# looking for info



## dono200sx (May 2, 2002)

Ok, I'm wanting to search this, but don't know where to start. I know the basics of how turbos work, but I want to get a little more in depth. Specifically what turbos will do what for the car, and the little specifics that result from it. What are some good places I can start reading at? I was looking at HorsePowerFreaks.com and saw all the little things (trim, A/R, etc.). I'm looking for somewhere that will explain what effects the different numbers will have. Thanks for the help guys!

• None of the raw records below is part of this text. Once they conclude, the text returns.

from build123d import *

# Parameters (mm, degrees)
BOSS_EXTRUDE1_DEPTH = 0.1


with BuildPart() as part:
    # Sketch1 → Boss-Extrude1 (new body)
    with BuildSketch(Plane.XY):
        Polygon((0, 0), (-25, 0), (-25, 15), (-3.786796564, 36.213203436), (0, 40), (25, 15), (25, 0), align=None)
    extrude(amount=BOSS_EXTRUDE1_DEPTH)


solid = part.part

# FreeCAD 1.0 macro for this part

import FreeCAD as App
import Part
import Sketcher

V = App.Vector
Q = App.Units.Quantity


def add_polygon(sketch, points):
    """Adds a closed chain of lines whose ends are joined by coincident constraints."""
    first, n = sketch.GeometryCount, len(points)
    for a, b in zip(points, points[1:] + points[:1]):
        sketch.addGeometry(Part.LineSegment(App.Vector(*a, 0), App.Vector(*b, 0)), False)
    for i in range(n):
        sketch.addConstraint(Sketcher.Constraint("Coincident", first + i, 2, first + (i + 1) % n, 1))

doc = App.newDocument("Part")
params = doc.addObject("Spreadsheet::Sheet", "Params")
for row, (alias, value) in enumerate([
    ("sketch1_width", "50 mm"),
    ("sketch1_height", "15 mm"),
    ("pad1_length", "0.1 mm"),
], start=1):
    params.set(f"A{row}", alias)
    params.set(f"B{row}", "=" + value)
    params.setAlias(f"B{row}", alias)

body = doc.addObject("PartDesign::Body", "Body")

sketch1 = body.newObject("Sketcher::SketchObject", "Sketch")
sketch1.AttachmentSupport = (doc.getObject("XY_Plane"), [""])
sketch1.MapMode = "FlatFace"
add_polygon(sketch1, [(-25, 0), (25, 0), (25, 15), (0, 40), (-25, 15)])
sketch1.addConstraint(Sketcher.Constraint("Horizontal", 0))
sketch1.addConstraint(Sketcher.Constraint("Vertical", 1))
sketch1.addConstraint(Sketcher.Constraint("Vertical", 4))
sketch1.addConstraint(Sketcher.Constraint("Symmetric", 0, 2, 4, 2, -1, 1))
sketch1.addConstraint(Sketcher.Constraint("PointOnObject", 2, 2, -2))
sketch1.addConstraint(Sketcher.Constraint("Perpendicular", 2, 3))
sketch1.addConstraint(Sketcher.Constraint("Horizontal", 1, 2, 3, 2))
sketch1.addConstraint(Sketcher.Constraint("DistanceX", 0, 1, 0, 2, Q("50 mm")))
sketch1.addConstraint(Sketcher.Constraint("DistanceY", 1, 1, 1, 2, Q("15 mm")))
sketch1.setExpression("Constraints[12]", "Params.sketch1_width")
sketch1.setExpression("Constraints[13]", "Params.sketch1_height")
pad1 = body.newObject("PartDesign::Pad", "Pad")
pad1.Profile = sketch1
pad1.setExpression("Length", "Params.pad1_length")

doc.recompute()
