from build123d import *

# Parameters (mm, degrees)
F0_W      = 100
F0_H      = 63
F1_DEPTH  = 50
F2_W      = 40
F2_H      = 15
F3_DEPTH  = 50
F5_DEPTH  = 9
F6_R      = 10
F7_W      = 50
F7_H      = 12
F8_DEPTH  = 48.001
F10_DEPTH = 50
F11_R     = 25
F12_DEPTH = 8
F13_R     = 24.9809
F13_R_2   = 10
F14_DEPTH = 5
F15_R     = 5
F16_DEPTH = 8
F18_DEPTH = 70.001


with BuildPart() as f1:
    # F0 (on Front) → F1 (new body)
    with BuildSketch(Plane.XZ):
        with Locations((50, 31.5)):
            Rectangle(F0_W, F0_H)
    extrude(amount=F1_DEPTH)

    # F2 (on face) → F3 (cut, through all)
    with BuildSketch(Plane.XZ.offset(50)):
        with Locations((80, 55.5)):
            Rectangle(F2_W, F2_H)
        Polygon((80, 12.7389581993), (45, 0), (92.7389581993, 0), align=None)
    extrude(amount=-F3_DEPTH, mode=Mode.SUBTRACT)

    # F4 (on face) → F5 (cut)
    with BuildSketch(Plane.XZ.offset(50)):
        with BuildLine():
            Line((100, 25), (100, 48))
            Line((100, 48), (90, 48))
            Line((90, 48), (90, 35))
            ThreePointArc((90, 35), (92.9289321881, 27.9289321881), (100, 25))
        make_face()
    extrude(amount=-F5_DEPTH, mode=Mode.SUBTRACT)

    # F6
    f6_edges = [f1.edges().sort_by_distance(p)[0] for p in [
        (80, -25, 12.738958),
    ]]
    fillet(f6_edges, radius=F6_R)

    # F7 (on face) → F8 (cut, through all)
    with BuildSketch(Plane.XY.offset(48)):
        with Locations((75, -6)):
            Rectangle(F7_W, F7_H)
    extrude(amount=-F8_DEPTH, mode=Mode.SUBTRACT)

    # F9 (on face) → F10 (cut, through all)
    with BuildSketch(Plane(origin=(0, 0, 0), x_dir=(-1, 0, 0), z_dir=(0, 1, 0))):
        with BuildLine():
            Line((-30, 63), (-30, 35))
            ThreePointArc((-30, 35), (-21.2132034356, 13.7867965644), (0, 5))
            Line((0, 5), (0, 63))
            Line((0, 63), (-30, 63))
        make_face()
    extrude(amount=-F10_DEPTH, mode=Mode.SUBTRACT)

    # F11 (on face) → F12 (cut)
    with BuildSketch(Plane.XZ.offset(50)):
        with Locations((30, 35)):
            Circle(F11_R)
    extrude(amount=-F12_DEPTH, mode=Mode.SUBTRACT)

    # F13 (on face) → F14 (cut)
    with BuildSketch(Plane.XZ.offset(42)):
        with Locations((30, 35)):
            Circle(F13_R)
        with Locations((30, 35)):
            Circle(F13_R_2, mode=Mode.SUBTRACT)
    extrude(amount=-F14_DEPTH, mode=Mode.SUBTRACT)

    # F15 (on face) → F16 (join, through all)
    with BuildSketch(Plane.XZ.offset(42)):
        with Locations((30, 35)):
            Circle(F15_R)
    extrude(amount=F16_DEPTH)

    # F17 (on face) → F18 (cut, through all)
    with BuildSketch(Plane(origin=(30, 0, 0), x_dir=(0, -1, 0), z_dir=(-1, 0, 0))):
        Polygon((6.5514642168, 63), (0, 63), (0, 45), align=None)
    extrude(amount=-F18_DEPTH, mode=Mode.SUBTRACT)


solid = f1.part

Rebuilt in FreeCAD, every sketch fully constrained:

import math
import FreeCAD as App
import Part
import Sketcher

V = App.Vector
Q = App.Units.Quantity


def edges_at(feature, points):
    """Names of the edges that pass closest to the given points."""
    edges = feature.Shape.Edges
    near = lambda p: min(range(len(edges)), key=lambda i: edges[i].distToShape(Part.Vertex(*p))[0])
    return sorted({f"Edge{near(p) + 1}" for p in points})

doc = App.newDocument("Part")
body = doc.addObject("PartDesign::Body", "Body")

sketch1 = body.newObject("Sketcher::SketchObject", "Sketch")
sketch1.AttachmentSupport = (doc.getObject("XZ_Plane"), [""])
sketch1.MapMode = "FlatFace"
sketch1.addGeometry(Part.LineSegment(V(0, 63, 0), V(0, 0, 0)), False)
sketch1.addGeometry(Part.LineSegment(V(0, 0, 0), V(100, 0, 0)), False)
sketch1.addGeometry(Part.LineSegment(V(100, 0, 0), V(100, 63, 0)), False)
sketch1.addGeometry(Part.LineSegment(V(100, 63, 0), V(0, 63, 0)), False)
sketch1.addConstraint(Sketcher.Constraint("Coincident", 0, 2, 1, 1))
sketch1.addConstraint(Sketcher.Constraint("Coincident", 1, 2, 2, 1))
sketch1.addConstraint(Sketcher.Constraint("Coincident", 2, 2, 3, 1))
sketch1.addConstraint(Sketcher.Constraint("Coincident", 3, 2, 0, 1))
sketch1.addConstraint(Sketcher.Constraint("Vertical", 0))
sketch1.addConstraint(Sketcher.Constraint("Horizontal", 1))
sketch1.addConstraint(Sketcher.Constraint("Vertical", 2))
sketch1.addConstraint(Sketcher.Constraint("Horizontal", 3))
sketch1.addConstraint(Sketcher.Constraint("Coincident", 0, 2, -1, 1))
sketch1.addConstraint(Sketcher.Constraint("DistanceX", 1, 1, 1, 2, Q("100 mm")))
sketch1.addConstraint(Sketcher.Constraint("DistanceY", 0, 2, 0, 1, Q("63 mm")))
pad1 = body.newObject("PartDesign::Pad", "Pad")
pad1.Profile = sketch1
pad1.Length = 50

sketch2 = body.newObject("Sketcher::SketchObject", "Sketch001")
sketch2.AttachmentSupport = (doc.getObject("XZ_Plane"), [""])
sketch2.MapMode = "FlatFace"
sketch2.AttachmentOffset = App.Placement(V(0, 0, 50), App.Rotation())
sketch2.addGeometry(Part.LineSegment(V(60, 63, 0), V(60, 48, 0)), False)
sketch2.addGeometry(Part.LineSegment(V(60, 48, 0), V(100, 48, 0)), False)
sketch2.addGeometry(Part.LineSegment(V(100, 48, 0), V(100, 63, 0)), False)
sketch2.addGeometry(Part.LineSegment(V(100, 63, 0), V(60, 63, 0)), False)
sketch2.addGeometry(Part.LineSegment(V(80, 13, 0), V(45, 0, 0)), False)
sketch2.addGeometry(Part.LineSegment(V(45, 0, 0), V(93, 0, 0)), False)
sketch2.addGeometry(Part.LineSegment(V(93, 0, 0), V(80, 13, 0)), False)
sketch2.addConstraint(Sketcher.Constraint("Coincident", 0, 2, 1, 1))
sketch2.addConstraint(Sketcher.Constraint("Coincident", 1, 2, 2, 1))
sketch2.addConstraint(Sketcher.Constraint("Coincident", 2, 2, 3, 1))
sketch2.addConstraint(Sketcher.Constraint("Coincident", 3, 2, 0, 1))
sketch2.addConstraint(Sketcher.Constraint("Coincident", 4, 2, 5, 1))
sketch2.addConstraint(Sketcher.Constraint("Coincident", 5, 2, 6, 1))
sketch2.addConstraint(Sketcher.Constraint("Coincident", 6, 2, 4, 1))
sketch2.addConstraint(Sketcher.Constraint("Vertical", 0))
sketch2.addConstraint(Sketcher.Constraint("Horizontal", 1))
sketch2.addConstraint(Sketcher.Constraint("Vertical", 2))
sketch2.addConstraint(Sketcher.Constraint("Horizontal", 3))
sketch2.addConstraint(Sketcher.Constraint("Horizontal", 5))
sketch2.addConstraint(Sketcher.Constraint("PointOnObject", 4, 2, -1))
sketch2.addConstraint(Sketcher.Constraint("DistanceX", 1, 1, 1, 2, Q("40 mm")))
sketch2.addConstraint(Sketcher.Constraint("DistanceY", 0, 2, 0, 1, Q("15 mm")))
sketch2.addConstraint(Sketcher.Constraint("Angle", 4, Q("-160 deg")))
sketch2.addConstraint(Sketcher.Constraint("Angle", 6, Q("135 deg")))
sketch2.addConstraint(Sketcher.Constraint("DistanceX", -1, 1, 0, 2, Q("60 mm")))
sketch2.addConstraint(Sketcher.Constraint("DistanceY", -1, 1, 0, 2, Q("48 mm")))
sketch2.addConstraint(Sketcher.Constraint("DistanceX", -1, 1, 4, 2, Q("45 mm")))
sketch2.addConstraint(Sketcher.Constraint("DistanceX", -1, 1, 6, 2, Q("80 mm")))
pocket1 = body.newObject("PartDesign::Pocket", "Pocket")
pocket1.Profile = sketch2
pocket1.Type = "ThroughAll"

sketch3 = body.newObject("Sketcher::SketchObject", "Sketch002")
sketch3.AttachmentSupport = (doc.getObject("XZ_Plane"), [""])
sketch3.MapMode = "FlatFace"
sketch3.AttachmentOffset = App.Placement(V(0, 0, 50), App.Rotation())
sketch3.addGeometry(Part.LineSegment(V(100, 25, 0), V(100, 48, 0)), False)
sketch3.addGeometry(Part.LineSegment(V(100, 48, 0), V(90, 48, 0)), False)
sketch3.addGeometry(Part.LineSegment(V(90, 48, 0), V(90, 35, 0)), False)
sketch3.addGeometry(Part.ArcOfCircle(Part.Circle(V(100, 35, 0), V(0, 0, 1), 10), math.radians(180), math.radians(270)), False)
sketch3.addConstraint(Sketcher.Constraint("Coincident", 0, 2, 1, 1))
sketch3.addConstraint(Sketcher.Constraint("Coincident", 1, 2, 2, 1))
sketch3.addConstraint(Sketcher.Constraint("Tangent", 2, 2, 3, 1))
sketch3.addConstraint(Sketcher.Constraint("Coincident", 3, 2, 0, 1))
sketch3.addConstraint(Sketcher.Constraint("Vertical", 0))
sketch3.addConstraint(Sketcher.Constraint("Horizontal", 1))
sketch3.addConstraint(Sketcher.Constraint("Vertical", 2))
sketch3.addConstraint(Sketcher.Constraint("Vertical", 3, 3, 0, 2))
sketch3.addConstraint(Sketcher.Constraint("Radius", 3, Q("10 mm")))
sketch3.addConstraint(Sketcher.Constraint("DistanceY", 0, 1, 0, 2, Q("23 mm")))
sketch3.addConstraint(Sketcher.Constraint("DistanceX", -1, 1, 3, 3, Q("100 mm")))
sketch3.addConstraint(Sketcher.Constraint("DistanceY", -1, 1, 3, 3, Q("35 mm")))
pocket2 = body.newObject("PartDesign::Pocket", "Pocket001")
pocket2.Profile = sketch3
pocket2.Length = 9
doc.recompute()

fillet = body.newObject("PartDesign::Fillet", "Fillet")
fillet.Base = (pocket2, edges_at(pocket2, [(80, -25, 12.739)]))
fillet.Radius = 10

sketch4 = body.newObject("Sketcher::SketchObject", "Sketch003")
sketch4.AttachmentSupport = (doc.getObject("XY_Plane"), [""])
sketch4.MapMode = "FlatFace"
sketch4.AttachmentOffset = App.Placement(V(0, 0, 48), App.Rotation())
sketch4.addGeometry(Part.LineSegment(V(50, 0, 0), V(50, -12, 0)), False)
sketch4.addGeometry(Part.LineSegment(V(50, -12, 0), V(100, -12, 0)), False)
sketch4.addGeometry(Part.LineSegment(V(100, -12, 0), V(100, 0, 0)), False)
sketch4.addGeometry(Part.LineSegment(V(100, 0, 0), V(50, 0, 0)), False)
sketch4.addConstraint(Sketcher.Constraint("Coincident", 0, 2, 1, 1))
sketch4.addConstraint(Sketcher.Constraint("Coincident", 1, 2, 2, 1))
sketch4.addConstraint(Sketcher.Constraint("Coincident", 2, 2, 3, 1))
sketch4.addConstraint(Sketcher.Constraint("Coincident", 3, 2, 0, 1))
sketch4.addConstraint(Sketcher.Constraint("Vertical", 0))
sketch4.addConstraint(Sketcher.Constraint("Horizontal", 1))
sketch4.addConstraint(Sketcher.Constraint("Vertical", 2))
sketch4.addConstraint(Sketcher.Constraint("Horizontal", 3))
sketch4.addConstraint(Sketcher.Constraint("PointOnObject", 2, 2, -1))
sketch4.addConstraint(Sketcher.Constraint("DistanceX", 1, 1, 1, 2, Q("50 mm")))
sketch4.addConstraint(Sketcher.Constraint("DistanceY", 0, 2, 0, 1, Q("12 mm")))
sketch4.addConstraint(Sketcher.Constraint("DistanceX", -1, 1, 0, 2, Q("50 mm")))
pocket3 = body.newObject("PartDesign::Pocket", "Pocket002")
pocket3.Profile = sketch4
pocket3.Type = "ThroughAll"

sketch5 = body.newObject("Sketcher::SketchObject", "Sketch004")
sketch5.AttachmentSupport = (doc.getObject("XZ_Plane"), [""])
sketch5.MapMode = "FlatFace"
sketch5.addGeometry(Part.LineSegment(V(30, 63, 0), V(30, 35, 0)), False)
sketch5.addGeometry(Part.ArcOfCircle(Part.Circle(V(0, 35, 0), V(0, 0, 1), 30), math.radians(-90), math.radians(0)), False)
sketch5.addGeometry(Part.LineSegment(V(0, 5, 0), V(0, 63, 0)), False)
sketch5.addGeometry(Part.LineSegment(V(0, 63, 0), V(30, 63, 0)), False)
sketch5.addConstraint(Sketcher.Constraint("Tangent", 0, 2, 1, 2))
sketch5.addConstraint(Sketcher.Constraint("Coincident", 1, 1, 2, 1))
sketch5.addConstraint(Sketcher.Constraint("Coincident", 2, 2, 3, 1))
sketch5.addConstraint(Sketcher.Constraint("Coincident", 3, 2, 0, 1))
sketch5.addConstraint(Sketcher.Constraint("Vertical", 0))
sketch5.addConstraint(Sketcher.Constraint("Vertical", 2))
sketch5.addConstraint(Sketcher.Constraint("Horizontal", 3))
sketch5.addConstraint(Sketcher.Constraint("PointOnObject", 1, 3, -2))
sketch5.addConstraint(Sketcher.Constraint("PointOnObject", 1, 1, -2))
sketch5.addConstraint(Sketcher.Constraint("Radius", 1, Q("30 mm")))
sketch5.addConstraint(Sketcher.Constraint("DistanceY", 0, 2, 0, 1, Q("28 mm")))
sketch5.addConstraint(Sketcher.Constraint("DistanceY", -1, 1, 1, 3, Q("35 mm")))
pocket4 = body.newObject("PartDesign::Pocket", "Pocket003")
pocket4.Profile = sketch5
pocket4.Type = "ThroughAll"
pocket4.Reversed = True

sketch6 = body.newObject("Sketcher::SketchObject", "Sketch005")
sketch6.AttachmentSupport = (doc.getObject("XZ_Plane"), [""])
sketch6.MapMode = "FlatFace"
sketch6.AttachmentOffset = App.Placement(V(0, 0, 50), App.Rotation())
sketch6.addGeometry(Part.Circle(V(30, 35, 0), V(0, 0, 1), 25), False)
sketch6.addConstraint(Sketcher.Constraint("Diameter", 0, Q("50 mm")))
sketch6.addConstraint(Sketcher.Constraint("DistanceX", -1, 1, 0, 3, Q("30 mm")))
sketch6.addConstraint(Sketcher.Constraint("DistanceY", -1, 1, 0, 3, Q("35 mm")))
pocket5 = body.newObject("PartDesign::Pocket", "Pocket004")
pocket5.Profile = sketch6
pocket5.Length = 8

sketch7 = body.newObject("Sketcher::SketchObject", "Sketch006")
sketch7.AttachmentSupport = (doc.getObject("XZ_Plane"), [""])
sketch7.MapMode = "FlatFace"
sketch7.AttachmentOffset = App.Placement(V(0, 0, 42), App.Rotation())
sketch7.addGeometry(Part.Circle(V(30, 35, 0), V(0, 0, 1), 25), False)
sketch7.addGeometry(Part.Circle(V(30, 35, 0), V(0, 0, 1), 10), False)
sketch7.addConstraint(Sketcher.Constraint("Coincident", 1, 3, 0, 3))
sketch7.addConstraint(Sketcher.Constraint("Diameter", 1, Q("20 mm")))
sketch7.addConstraint(Sketcher.Constraint("DistanceX", -1, 1, 0, 3, Q("30 mm")))
sketch7.addConstraint(Sketcher.Constraint("DistanceY", -1, 1, 0, 3, Q("35 mm")))
sketch7.addConstraint(Sketcher.Constraint("Diameter", 0, Q("49.9618 mm")))
pocket6 = body.newObject("PartDesign::Pocket", "Pocket005")
pocket6.Profile = sketch7
pocket6.Length = 5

EXAMPLE: I know that the T3/T4 is a fairly popular turbo because it puts down some good horsepower while still have a quick spool. I want to know the reasons behind that...


----------



## TheVodKA (Sep 19, 2002)

Go to barnes & noble or amazon.com and pick up Corky Bell's Maximum Boost, the defining book on boost. That, or you can read thousands of posts from many different forums and still be missing some tidbits of information, like myself.


----------



## dono200sx (May 2, 2002)

Cool. I'll look that book up. Which forums do you reccomend? Any good websites with info?


----------



## TheVodKA (Sep 19, 2002)

Here, sr20de & NICO, as well as some DSM forums. As for websites, just google it


----------



## Lotus2843 (Nov 1, 2003)

dsmtuners.com i was a member there, anyway just tell them you have a 91 gsx and you want to know about turbos and such, they will help you out a great deal, just dont let them kow your non-dsm and or non turbo, they dislike outsiders... they all have the same father, just different mothers, i have the maximum boost book, so if you have specific questions pm me or aim: lotus2843, i've been a dsmer for 3 years


----------



## TheVodKA (Sep 19, 2002)

Ahh, more dsmers going to the dark side. Always good to see that.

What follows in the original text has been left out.